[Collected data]
BEGIN

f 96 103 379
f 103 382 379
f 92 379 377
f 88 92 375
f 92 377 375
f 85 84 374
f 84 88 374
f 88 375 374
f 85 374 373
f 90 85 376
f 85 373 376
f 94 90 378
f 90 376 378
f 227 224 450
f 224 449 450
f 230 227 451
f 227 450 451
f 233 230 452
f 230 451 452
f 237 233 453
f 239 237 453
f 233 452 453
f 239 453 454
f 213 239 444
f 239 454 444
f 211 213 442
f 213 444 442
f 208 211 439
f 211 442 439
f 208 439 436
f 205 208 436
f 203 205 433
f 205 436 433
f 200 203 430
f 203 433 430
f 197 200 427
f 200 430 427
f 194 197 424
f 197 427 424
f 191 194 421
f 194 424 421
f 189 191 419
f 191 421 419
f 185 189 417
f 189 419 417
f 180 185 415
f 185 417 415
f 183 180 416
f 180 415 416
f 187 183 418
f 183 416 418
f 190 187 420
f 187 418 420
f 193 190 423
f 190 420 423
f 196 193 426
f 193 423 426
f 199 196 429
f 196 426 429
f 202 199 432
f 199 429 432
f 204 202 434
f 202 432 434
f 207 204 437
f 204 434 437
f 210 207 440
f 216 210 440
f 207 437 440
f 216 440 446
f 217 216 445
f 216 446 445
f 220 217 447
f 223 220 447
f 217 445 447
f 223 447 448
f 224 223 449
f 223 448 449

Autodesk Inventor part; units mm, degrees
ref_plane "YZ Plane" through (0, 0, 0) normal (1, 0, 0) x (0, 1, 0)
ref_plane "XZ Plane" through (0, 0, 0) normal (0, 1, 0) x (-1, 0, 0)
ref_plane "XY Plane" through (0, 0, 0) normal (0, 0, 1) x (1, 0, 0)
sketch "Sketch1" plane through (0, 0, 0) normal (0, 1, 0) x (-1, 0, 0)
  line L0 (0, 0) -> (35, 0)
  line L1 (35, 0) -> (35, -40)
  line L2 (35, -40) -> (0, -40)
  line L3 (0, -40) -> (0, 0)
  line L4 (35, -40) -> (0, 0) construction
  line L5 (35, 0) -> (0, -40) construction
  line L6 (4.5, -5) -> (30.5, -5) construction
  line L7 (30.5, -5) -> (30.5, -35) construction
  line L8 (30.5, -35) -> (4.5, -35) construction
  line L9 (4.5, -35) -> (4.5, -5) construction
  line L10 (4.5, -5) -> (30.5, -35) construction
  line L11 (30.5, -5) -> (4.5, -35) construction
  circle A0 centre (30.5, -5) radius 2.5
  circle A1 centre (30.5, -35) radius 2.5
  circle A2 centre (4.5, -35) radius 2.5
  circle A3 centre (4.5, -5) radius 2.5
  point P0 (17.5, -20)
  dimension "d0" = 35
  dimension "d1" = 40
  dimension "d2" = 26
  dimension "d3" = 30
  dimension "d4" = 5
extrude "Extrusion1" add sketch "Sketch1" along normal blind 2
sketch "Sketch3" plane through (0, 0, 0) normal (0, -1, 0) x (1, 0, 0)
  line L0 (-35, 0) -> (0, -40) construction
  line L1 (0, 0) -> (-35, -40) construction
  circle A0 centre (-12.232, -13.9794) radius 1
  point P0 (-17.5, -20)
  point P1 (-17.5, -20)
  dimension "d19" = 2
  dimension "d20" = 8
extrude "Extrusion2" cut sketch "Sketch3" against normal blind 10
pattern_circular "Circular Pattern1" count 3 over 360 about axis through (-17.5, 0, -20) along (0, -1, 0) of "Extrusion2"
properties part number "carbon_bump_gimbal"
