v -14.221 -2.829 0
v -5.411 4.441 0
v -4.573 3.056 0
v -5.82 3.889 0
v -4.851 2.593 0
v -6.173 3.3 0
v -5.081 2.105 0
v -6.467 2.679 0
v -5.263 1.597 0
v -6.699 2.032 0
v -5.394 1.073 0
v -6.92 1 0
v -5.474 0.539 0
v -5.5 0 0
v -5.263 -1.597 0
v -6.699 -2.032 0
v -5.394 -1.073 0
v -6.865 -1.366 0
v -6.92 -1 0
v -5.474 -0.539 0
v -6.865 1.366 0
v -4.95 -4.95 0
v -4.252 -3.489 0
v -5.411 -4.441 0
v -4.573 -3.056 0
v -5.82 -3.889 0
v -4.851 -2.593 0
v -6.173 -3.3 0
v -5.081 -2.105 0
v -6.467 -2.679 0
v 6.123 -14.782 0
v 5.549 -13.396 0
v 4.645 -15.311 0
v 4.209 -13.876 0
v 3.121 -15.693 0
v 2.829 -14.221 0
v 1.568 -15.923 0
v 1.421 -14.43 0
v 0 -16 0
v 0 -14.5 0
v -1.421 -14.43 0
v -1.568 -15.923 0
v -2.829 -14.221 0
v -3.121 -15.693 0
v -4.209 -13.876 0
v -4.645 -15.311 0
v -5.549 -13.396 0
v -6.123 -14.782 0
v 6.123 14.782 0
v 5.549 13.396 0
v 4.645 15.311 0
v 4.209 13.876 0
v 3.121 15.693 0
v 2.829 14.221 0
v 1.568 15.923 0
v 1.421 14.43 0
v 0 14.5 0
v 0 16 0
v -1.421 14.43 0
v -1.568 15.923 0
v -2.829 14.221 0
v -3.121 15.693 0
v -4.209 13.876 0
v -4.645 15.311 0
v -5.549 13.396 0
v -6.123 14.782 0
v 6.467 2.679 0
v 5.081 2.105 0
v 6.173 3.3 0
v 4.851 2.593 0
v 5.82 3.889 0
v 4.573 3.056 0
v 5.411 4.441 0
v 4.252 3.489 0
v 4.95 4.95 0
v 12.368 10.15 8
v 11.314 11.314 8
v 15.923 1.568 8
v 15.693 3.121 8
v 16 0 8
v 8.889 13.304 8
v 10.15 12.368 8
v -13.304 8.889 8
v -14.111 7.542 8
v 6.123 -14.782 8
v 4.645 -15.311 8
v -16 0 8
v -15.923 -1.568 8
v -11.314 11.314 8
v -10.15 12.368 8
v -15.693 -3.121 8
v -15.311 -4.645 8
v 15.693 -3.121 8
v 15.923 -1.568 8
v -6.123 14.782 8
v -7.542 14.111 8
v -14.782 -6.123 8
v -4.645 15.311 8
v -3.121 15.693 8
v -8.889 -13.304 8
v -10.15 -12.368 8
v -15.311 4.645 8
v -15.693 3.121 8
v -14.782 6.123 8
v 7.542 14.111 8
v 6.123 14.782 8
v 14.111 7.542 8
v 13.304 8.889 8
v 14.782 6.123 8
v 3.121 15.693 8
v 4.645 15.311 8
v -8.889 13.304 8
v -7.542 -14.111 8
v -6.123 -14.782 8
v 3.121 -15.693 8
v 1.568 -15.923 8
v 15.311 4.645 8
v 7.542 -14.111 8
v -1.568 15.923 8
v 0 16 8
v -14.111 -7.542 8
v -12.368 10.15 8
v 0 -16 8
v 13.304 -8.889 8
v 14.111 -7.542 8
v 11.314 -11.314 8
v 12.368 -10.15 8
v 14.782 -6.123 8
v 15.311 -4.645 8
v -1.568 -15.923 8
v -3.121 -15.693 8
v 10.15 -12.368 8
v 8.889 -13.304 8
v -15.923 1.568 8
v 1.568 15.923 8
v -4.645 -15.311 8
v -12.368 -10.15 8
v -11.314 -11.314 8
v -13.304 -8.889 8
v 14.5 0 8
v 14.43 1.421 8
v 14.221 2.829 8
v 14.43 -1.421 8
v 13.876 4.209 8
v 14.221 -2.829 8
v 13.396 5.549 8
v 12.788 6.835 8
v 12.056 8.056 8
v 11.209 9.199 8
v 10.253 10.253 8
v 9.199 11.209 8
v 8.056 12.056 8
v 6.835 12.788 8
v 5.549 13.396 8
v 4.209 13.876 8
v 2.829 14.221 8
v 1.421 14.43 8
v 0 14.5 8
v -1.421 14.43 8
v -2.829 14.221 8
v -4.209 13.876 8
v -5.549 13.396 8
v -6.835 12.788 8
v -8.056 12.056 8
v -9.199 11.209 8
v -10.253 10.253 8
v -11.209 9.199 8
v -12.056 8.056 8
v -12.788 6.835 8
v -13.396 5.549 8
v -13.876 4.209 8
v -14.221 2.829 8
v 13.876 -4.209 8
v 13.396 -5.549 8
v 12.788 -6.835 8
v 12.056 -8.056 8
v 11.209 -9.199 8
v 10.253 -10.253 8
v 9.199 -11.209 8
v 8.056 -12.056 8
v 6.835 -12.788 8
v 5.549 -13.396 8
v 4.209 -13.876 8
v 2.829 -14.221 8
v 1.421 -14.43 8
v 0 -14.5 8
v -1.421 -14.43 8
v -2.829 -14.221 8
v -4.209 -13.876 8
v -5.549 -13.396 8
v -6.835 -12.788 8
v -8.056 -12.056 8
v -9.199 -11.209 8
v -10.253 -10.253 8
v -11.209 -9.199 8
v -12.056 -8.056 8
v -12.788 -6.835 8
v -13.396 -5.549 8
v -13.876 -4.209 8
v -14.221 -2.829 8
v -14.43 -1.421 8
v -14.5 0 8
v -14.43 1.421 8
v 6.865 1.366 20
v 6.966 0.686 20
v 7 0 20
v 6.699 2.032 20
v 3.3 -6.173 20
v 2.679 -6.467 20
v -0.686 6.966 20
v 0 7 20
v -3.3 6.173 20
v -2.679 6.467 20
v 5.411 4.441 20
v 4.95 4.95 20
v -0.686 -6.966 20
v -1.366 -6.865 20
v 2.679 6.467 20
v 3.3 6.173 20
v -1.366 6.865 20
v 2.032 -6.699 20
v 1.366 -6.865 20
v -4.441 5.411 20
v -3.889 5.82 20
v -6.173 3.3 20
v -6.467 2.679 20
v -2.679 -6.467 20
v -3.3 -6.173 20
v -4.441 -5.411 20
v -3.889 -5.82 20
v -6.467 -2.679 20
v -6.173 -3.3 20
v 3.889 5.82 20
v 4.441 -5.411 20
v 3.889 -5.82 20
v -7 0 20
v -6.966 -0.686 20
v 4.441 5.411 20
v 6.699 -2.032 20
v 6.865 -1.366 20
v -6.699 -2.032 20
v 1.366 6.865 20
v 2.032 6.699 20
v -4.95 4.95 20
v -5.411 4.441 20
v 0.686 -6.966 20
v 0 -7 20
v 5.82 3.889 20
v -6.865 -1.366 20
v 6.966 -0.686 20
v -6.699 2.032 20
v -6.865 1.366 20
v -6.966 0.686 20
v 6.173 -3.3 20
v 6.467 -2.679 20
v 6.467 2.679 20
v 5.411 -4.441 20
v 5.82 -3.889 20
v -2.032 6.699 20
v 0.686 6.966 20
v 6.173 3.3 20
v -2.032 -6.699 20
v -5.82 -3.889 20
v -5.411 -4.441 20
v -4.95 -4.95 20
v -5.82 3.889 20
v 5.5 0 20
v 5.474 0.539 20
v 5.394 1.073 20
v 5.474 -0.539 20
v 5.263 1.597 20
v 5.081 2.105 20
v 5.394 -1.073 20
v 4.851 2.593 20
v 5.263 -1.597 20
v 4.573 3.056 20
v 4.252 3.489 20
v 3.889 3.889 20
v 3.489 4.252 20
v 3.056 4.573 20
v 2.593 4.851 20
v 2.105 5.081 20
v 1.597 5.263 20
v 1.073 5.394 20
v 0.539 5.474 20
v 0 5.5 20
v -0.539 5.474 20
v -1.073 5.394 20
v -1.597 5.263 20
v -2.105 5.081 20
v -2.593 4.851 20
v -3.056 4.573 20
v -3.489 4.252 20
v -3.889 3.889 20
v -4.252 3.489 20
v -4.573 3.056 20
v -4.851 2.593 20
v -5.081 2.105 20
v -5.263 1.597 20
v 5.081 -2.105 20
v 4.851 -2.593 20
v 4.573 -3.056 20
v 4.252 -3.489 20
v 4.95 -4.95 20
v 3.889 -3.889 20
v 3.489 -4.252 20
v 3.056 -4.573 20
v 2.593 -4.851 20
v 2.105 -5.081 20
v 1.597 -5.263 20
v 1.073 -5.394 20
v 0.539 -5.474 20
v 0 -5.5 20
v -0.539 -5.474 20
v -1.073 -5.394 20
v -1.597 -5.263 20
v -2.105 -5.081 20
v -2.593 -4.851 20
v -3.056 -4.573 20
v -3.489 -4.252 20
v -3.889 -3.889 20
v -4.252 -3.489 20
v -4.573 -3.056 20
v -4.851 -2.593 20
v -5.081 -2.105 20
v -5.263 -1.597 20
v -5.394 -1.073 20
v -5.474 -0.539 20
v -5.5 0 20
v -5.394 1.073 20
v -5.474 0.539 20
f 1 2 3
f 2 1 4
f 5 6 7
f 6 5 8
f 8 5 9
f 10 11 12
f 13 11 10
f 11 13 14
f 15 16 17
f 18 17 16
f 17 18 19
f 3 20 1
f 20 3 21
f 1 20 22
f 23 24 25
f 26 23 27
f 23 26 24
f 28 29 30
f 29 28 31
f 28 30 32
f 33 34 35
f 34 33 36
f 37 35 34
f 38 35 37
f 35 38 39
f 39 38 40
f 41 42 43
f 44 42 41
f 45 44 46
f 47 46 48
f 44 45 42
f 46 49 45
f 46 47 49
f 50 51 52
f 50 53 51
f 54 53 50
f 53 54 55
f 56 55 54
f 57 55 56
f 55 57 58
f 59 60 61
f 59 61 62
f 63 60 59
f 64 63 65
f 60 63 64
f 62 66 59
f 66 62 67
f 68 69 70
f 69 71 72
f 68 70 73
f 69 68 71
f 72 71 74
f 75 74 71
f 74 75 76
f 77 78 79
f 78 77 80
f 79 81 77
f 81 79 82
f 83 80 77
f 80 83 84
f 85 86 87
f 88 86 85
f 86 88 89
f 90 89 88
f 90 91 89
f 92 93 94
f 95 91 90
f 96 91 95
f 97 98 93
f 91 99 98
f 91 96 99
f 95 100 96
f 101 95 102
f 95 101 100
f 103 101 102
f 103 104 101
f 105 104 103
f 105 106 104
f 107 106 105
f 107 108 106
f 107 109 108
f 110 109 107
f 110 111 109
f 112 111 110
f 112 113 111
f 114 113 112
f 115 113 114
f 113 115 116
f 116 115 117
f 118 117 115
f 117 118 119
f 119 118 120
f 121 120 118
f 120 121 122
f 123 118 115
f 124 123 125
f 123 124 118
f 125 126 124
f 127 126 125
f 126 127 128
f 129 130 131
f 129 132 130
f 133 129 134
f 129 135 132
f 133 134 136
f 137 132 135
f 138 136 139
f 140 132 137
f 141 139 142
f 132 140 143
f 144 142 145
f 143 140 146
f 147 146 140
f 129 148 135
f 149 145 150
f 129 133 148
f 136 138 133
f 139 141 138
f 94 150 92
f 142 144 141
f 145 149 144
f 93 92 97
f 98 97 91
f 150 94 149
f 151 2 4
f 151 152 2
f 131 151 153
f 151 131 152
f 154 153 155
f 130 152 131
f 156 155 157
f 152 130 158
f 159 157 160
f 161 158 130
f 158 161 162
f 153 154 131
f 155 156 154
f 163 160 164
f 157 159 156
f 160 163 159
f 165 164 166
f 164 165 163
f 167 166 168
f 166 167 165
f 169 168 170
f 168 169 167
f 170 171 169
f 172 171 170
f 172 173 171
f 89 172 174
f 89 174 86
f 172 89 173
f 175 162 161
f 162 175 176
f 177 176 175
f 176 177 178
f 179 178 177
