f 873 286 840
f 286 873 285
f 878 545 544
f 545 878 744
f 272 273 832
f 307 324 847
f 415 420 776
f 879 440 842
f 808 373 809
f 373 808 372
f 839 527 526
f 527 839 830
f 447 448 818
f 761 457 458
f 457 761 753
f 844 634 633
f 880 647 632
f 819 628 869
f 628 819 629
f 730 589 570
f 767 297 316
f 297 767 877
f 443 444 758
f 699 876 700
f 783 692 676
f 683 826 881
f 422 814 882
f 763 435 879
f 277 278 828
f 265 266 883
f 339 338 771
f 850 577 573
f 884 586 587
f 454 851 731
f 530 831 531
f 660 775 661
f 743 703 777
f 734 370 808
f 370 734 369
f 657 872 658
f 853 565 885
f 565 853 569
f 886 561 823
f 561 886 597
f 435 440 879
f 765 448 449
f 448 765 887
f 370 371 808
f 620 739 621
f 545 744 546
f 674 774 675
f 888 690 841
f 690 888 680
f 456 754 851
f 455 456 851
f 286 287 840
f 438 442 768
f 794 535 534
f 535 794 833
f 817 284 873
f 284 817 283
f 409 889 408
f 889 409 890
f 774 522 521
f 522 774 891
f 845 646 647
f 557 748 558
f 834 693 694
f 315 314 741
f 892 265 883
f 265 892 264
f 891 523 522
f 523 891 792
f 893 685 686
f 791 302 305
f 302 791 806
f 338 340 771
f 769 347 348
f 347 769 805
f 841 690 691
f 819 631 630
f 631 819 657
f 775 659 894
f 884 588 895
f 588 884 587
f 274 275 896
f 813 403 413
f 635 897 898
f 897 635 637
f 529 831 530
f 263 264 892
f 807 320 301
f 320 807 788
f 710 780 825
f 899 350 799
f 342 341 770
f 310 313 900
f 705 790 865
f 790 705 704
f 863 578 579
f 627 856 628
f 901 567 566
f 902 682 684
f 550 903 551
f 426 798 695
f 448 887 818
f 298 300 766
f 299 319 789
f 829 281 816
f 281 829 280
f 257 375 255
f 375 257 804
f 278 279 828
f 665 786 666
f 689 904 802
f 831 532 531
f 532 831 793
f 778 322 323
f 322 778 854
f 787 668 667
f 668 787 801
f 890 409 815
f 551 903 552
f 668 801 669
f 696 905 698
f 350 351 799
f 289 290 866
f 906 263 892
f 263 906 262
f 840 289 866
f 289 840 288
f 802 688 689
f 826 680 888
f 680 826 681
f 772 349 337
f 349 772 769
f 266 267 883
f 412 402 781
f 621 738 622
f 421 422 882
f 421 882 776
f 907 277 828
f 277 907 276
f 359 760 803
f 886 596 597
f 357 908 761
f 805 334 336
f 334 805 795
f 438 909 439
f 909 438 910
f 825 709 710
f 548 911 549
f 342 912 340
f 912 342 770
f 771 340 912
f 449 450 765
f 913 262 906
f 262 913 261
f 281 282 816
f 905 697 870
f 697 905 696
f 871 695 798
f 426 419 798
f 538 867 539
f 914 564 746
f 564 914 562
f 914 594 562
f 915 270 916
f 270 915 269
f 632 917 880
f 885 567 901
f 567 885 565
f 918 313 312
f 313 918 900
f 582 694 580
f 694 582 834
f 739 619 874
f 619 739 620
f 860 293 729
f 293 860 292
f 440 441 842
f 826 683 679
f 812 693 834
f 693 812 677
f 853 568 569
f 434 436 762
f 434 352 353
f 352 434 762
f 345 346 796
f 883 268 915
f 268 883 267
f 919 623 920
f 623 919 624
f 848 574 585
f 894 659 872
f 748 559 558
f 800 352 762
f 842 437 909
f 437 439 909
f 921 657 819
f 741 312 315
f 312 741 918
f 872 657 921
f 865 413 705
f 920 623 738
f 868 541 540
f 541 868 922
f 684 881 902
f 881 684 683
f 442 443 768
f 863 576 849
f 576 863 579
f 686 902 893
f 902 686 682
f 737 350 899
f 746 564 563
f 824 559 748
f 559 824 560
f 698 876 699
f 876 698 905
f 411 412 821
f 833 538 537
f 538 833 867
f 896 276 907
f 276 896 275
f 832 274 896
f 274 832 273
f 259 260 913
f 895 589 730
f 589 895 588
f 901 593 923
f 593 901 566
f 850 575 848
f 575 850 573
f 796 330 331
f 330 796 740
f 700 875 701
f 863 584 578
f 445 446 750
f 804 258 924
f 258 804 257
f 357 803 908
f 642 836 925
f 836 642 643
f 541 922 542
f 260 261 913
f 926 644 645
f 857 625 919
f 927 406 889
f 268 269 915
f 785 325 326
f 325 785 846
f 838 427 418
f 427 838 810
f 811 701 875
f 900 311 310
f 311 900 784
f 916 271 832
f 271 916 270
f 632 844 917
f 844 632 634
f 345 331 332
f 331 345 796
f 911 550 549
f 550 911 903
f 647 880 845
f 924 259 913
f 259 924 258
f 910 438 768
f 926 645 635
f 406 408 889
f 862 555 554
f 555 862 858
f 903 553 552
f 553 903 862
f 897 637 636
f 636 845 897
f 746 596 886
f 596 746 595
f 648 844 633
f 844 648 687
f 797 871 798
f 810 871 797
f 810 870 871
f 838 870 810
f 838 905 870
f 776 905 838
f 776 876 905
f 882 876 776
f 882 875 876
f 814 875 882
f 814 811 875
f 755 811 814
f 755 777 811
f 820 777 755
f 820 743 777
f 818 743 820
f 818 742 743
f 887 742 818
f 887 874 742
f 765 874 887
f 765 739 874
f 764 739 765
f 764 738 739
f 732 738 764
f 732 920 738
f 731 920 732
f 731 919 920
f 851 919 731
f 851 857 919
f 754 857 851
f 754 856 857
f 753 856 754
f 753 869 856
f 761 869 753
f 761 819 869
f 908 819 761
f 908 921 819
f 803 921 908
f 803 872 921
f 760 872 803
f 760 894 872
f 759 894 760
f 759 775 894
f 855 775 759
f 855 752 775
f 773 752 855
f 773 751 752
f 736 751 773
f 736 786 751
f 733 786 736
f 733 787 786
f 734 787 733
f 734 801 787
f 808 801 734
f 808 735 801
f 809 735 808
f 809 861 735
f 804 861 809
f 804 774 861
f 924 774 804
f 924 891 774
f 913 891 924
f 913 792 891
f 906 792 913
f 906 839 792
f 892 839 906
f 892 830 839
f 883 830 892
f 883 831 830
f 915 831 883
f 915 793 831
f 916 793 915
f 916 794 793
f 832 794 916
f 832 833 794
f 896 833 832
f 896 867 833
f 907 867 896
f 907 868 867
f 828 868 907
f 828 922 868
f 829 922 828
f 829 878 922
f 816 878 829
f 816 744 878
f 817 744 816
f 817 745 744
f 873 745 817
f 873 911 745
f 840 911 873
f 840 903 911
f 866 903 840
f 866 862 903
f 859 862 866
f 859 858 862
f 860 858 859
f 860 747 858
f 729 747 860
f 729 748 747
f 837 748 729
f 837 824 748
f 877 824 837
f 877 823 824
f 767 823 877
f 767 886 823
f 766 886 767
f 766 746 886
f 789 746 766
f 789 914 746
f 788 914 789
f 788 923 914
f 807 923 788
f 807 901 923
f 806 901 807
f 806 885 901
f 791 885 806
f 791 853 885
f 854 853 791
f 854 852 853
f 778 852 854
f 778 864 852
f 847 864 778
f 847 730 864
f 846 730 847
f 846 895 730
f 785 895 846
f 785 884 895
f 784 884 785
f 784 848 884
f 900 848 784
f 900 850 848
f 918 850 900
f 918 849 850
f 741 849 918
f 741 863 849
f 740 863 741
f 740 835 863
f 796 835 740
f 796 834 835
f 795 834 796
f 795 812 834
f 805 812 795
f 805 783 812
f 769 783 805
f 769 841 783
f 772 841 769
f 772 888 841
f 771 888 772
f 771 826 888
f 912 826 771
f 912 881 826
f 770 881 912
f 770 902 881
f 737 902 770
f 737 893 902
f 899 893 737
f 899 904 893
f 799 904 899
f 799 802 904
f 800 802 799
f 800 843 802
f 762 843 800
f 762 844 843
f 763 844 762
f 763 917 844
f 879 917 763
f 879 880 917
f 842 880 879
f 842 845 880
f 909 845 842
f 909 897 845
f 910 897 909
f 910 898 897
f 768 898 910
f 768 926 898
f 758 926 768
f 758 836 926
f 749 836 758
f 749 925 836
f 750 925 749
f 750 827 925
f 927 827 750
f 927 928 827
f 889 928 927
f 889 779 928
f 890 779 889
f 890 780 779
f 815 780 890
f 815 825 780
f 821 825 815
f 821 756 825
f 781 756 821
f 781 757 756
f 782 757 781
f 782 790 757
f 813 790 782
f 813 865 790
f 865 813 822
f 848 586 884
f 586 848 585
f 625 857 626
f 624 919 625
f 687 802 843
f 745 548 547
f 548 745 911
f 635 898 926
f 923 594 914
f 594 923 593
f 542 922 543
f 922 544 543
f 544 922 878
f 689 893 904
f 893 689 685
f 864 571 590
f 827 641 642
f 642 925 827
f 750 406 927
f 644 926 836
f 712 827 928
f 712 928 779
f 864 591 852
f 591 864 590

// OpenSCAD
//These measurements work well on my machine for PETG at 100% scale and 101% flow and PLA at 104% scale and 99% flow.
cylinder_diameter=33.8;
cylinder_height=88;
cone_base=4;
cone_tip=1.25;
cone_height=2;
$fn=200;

END

§ **YOUR ASSIGNMENT**:
Select every line of the records holding the string "blind".

§ **YOUR RESPONSE**:
extrude "Extrusion1" add sketch "Sketch1" along normal blind 2
extrude "Extrusion2" cut sketch "Sketch3" against normal blind 10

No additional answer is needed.